National Security Advisor (2001–2005)

On December 17, 2000, Rice was named as National Security Advisor and stepped down from her position at Stanford.[32] She was the first woman to occupy the post. Rice earned the nickname of "Warrior Princess," reflecting strong nerve and delicate manners.[33]

On January 18, 2003, the Washington Post reported that Rice was involved in crafting Bush's position on race-based preferences. Rice has stated that "while race-neutral means are preferable," race can be taken into account as "one factor among others" in university admissions policies.[34]


During the summer of 2001, Rice met with CIA Director George Tenet to discuss the possibilities and prevention of terrorist attacks on American targets. Notably, on July 10, 2001, Rice met with Tenet in what he referred to as an "emergency meeting"[35] held at the White House at Tenet's request to brief Rice and the NSC staff about the potential threat of an impending al Qaeda attack.
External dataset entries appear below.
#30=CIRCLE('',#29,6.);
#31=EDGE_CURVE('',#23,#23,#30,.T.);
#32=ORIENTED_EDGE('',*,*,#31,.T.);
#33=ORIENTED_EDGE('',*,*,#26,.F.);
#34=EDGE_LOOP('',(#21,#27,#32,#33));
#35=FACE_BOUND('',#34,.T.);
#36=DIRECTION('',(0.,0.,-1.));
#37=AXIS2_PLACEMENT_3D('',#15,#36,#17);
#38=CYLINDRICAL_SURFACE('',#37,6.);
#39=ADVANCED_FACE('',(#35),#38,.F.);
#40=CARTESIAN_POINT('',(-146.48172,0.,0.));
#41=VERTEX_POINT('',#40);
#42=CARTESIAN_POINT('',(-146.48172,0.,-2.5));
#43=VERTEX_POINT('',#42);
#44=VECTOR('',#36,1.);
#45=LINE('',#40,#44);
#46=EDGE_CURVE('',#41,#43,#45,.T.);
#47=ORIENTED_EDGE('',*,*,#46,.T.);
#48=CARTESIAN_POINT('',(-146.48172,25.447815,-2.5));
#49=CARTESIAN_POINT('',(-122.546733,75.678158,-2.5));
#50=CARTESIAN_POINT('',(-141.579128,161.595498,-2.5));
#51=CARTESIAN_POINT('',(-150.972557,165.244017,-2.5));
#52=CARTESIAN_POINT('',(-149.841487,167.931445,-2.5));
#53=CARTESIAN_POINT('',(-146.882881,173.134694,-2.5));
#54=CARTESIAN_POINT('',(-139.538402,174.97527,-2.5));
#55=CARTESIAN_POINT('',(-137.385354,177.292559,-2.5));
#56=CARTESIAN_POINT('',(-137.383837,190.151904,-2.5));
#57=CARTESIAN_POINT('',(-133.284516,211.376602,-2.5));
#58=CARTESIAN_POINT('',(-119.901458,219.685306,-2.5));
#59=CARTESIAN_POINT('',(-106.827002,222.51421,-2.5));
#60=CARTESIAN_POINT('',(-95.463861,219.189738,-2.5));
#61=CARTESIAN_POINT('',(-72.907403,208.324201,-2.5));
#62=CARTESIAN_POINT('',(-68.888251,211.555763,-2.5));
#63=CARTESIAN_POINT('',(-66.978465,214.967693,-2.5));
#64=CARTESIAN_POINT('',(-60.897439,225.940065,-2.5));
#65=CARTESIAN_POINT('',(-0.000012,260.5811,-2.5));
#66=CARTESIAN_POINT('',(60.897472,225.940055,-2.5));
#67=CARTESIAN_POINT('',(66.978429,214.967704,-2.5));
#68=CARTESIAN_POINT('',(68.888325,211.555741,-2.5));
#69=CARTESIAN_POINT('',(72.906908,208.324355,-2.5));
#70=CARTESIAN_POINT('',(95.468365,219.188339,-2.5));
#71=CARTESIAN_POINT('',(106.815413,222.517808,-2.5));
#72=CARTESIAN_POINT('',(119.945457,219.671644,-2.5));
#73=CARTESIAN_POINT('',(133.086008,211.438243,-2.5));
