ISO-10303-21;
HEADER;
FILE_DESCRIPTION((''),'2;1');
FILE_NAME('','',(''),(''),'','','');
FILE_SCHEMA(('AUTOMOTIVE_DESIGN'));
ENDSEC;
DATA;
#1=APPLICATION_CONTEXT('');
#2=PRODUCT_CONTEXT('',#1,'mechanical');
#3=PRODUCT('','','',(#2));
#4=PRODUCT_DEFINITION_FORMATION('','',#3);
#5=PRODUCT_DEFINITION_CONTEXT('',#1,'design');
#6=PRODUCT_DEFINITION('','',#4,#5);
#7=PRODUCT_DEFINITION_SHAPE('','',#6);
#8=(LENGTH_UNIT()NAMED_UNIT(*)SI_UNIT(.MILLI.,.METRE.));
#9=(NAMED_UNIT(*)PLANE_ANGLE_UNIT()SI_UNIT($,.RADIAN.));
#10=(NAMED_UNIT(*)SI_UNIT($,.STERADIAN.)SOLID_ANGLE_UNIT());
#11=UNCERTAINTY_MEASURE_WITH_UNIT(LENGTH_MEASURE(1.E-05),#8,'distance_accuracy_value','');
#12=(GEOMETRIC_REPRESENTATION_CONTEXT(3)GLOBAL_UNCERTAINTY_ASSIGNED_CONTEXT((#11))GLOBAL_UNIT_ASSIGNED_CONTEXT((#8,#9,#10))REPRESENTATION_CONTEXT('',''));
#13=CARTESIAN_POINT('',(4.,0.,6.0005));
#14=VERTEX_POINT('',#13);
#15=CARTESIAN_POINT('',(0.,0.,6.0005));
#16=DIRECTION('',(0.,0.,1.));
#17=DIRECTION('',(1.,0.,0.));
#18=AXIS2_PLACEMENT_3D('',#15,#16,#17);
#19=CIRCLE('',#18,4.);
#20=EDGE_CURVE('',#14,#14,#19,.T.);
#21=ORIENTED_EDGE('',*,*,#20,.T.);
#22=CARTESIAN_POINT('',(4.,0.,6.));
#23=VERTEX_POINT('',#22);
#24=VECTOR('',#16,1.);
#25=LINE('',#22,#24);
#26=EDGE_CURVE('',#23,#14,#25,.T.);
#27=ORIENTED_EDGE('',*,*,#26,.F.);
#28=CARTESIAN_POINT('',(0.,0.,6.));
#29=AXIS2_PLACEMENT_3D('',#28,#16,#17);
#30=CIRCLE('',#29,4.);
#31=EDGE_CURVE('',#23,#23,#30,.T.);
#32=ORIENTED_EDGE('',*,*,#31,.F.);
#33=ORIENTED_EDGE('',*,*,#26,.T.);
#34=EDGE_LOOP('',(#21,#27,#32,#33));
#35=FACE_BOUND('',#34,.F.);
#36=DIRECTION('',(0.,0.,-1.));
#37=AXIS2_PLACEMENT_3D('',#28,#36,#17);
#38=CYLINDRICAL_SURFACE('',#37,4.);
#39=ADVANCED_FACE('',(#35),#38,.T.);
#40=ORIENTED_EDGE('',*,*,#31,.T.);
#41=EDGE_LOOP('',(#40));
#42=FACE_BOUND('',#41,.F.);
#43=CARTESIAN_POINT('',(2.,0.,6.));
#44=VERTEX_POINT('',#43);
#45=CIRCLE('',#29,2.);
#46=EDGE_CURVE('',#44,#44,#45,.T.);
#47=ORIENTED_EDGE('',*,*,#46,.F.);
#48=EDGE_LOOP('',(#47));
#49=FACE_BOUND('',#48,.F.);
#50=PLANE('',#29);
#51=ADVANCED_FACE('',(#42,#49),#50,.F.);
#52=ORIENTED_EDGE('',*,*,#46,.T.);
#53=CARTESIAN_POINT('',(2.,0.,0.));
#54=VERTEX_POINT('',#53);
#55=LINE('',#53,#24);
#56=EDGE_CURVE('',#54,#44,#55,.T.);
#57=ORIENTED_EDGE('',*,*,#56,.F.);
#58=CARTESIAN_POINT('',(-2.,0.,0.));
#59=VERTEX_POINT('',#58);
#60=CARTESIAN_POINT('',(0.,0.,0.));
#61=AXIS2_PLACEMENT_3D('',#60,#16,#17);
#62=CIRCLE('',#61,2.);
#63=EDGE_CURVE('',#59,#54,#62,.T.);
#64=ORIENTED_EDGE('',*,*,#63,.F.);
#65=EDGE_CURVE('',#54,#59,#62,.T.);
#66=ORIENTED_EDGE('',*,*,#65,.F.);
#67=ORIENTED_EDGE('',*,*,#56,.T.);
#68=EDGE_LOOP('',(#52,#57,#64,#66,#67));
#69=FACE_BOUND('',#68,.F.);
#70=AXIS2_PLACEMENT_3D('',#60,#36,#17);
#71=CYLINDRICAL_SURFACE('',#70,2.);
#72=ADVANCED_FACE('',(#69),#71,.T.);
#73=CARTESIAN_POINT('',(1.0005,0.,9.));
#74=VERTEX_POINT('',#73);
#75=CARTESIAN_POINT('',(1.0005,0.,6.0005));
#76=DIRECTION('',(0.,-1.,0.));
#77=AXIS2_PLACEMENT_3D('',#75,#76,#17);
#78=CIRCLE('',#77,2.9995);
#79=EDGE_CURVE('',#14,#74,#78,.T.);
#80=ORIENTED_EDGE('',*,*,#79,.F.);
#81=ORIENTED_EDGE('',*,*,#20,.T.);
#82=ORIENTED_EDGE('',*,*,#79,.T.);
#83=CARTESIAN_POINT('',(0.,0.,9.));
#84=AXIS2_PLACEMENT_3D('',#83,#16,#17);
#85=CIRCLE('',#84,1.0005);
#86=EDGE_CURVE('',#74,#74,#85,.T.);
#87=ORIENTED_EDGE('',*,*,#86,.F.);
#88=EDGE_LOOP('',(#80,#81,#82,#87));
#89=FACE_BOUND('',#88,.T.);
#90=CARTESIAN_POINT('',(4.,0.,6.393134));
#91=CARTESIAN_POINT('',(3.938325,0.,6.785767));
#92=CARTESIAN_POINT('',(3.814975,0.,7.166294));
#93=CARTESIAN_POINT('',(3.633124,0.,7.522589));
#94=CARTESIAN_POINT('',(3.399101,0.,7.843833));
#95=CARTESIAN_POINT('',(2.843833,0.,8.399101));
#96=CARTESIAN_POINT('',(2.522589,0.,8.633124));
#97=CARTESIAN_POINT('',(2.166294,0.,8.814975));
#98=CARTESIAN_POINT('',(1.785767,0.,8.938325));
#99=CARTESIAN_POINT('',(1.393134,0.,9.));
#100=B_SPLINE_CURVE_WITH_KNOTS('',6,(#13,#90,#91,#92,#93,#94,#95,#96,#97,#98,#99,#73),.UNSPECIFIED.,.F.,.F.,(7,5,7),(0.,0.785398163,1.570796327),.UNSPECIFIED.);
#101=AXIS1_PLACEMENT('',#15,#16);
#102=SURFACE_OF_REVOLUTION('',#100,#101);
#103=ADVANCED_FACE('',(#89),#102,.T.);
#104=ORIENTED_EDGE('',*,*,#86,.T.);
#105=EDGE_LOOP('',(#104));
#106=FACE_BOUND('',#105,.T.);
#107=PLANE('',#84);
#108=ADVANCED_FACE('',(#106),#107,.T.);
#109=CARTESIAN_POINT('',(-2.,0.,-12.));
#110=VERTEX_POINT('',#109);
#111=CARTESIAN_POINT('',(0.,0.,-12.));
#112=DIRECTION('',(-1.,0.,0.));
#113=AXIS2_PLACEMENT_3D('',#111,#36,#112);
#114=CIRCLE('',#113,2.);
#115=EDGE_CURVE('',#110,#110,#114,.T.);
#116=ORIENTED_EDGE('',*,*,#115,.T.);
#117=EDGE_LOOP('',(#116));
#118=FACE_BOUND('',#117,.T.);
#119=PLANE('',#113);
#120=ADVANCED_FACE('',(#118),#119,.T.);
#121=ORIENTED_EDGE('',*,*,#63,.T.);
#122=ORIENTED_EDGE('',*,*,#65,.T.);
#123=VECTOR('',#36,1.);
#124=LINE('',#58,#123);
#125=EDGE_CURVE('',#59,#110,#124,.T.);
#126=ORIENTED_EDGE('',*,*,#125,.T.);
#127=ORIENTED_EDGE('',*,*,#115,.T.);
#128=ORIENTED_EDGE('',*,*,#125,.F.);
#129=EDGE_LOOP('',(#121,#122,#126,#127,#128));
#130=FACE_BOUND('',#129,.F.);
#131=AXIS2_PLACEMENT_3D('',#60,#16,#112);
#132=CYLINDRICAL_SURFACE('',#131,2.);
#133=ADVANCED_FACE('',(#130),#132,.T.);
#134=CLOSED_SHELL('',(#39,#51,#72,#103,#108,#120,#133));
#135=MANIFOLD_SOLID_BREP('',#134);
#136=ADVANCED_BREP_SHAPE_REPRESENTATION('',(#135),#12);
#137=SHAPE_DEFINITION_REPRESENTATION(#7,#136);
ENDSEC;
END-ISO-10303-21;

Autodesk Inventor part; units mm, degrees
ref_plane "YZ Plane" through (0, 0, 0) normal (1, 0, 0) x (0, 1, 0)
ref_plane "XZ Plane" through (0, 0, 0) normal (0, 1, 0) x (-1, 0, 0)
ref_plane "XY Plane" through (0, 0, 0) normal (0, 0, 1) x (1, 0, 0)
sketch "スケッチ1" plane through (0, 0, 0) normal (0, 0, 1) x (1, 0, 0)
  circle A0 centre (0, 0) radius 2
  dimension "d0" = 4
extrude "押し出し1" add sketch "スケッチ1" along normal blind 6
sketch "スケッチ2" plane through (0, 0, 6) normal (0, 0, 1) x (1, 0, 0)
  circle A0 centre (0, 0) radius 2 projected
  circle A1 centre (0, 0) radius 4
  dimension "d3" = 8
extrude "押し出し2" add sketch "スケッチ2" along normal blind 3 contours A0 | A1
fillet "フィレット1" radius 3 1 edges at (-4, 0, 9)
thread "ねじ1" size "M4x0.7" class "6g" standard "ANSI Metric M Profile" full length
sketch "スケッチ3" plane through (0, 0, 0) normal (0, 0, -1) x (-1, 0, 0)
  circle A0 centre (0, 0) radius 2
extrude "押し出し3" add sketch "スケッチ3" along normal blind 12
properties part number "SB　M4 18mm なべネジ" material "Stainless Steel, 440C"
Rice responded by asking Tenet to give a presentation on the matter to Secretary Donald Rumsfeld and Attorney General John Ashcroft.[36]

When asked about the meeting in 2006, Rice asserted she did not recall the specific meeting, commenting that she had met repeatedly with Tenet that summer about terrorist threats. Moreover, she stated that it was "incomprehensible” to her that she had ignored terrorist threats two months before the September 11 attacks.[35]


In March 2004, Rice declined to testify before the National Commission on Terrorist Attacks Upon the United States (the 9/11 Commission). The White House claimed executive privilege under constitutional separation of powers and cited past tradition. Under pressure, Bush agreed to allow her to testify[37] so long as it did not create a precedent of presidential staff being required to appear before United States Congress when so requested. Her appearance before the commission on April 8, 2004, was accepted by the Bush administration in part because she was not appearing directly before Congress. She thus became the first sitting National Security Advisor to testify on matters of policy.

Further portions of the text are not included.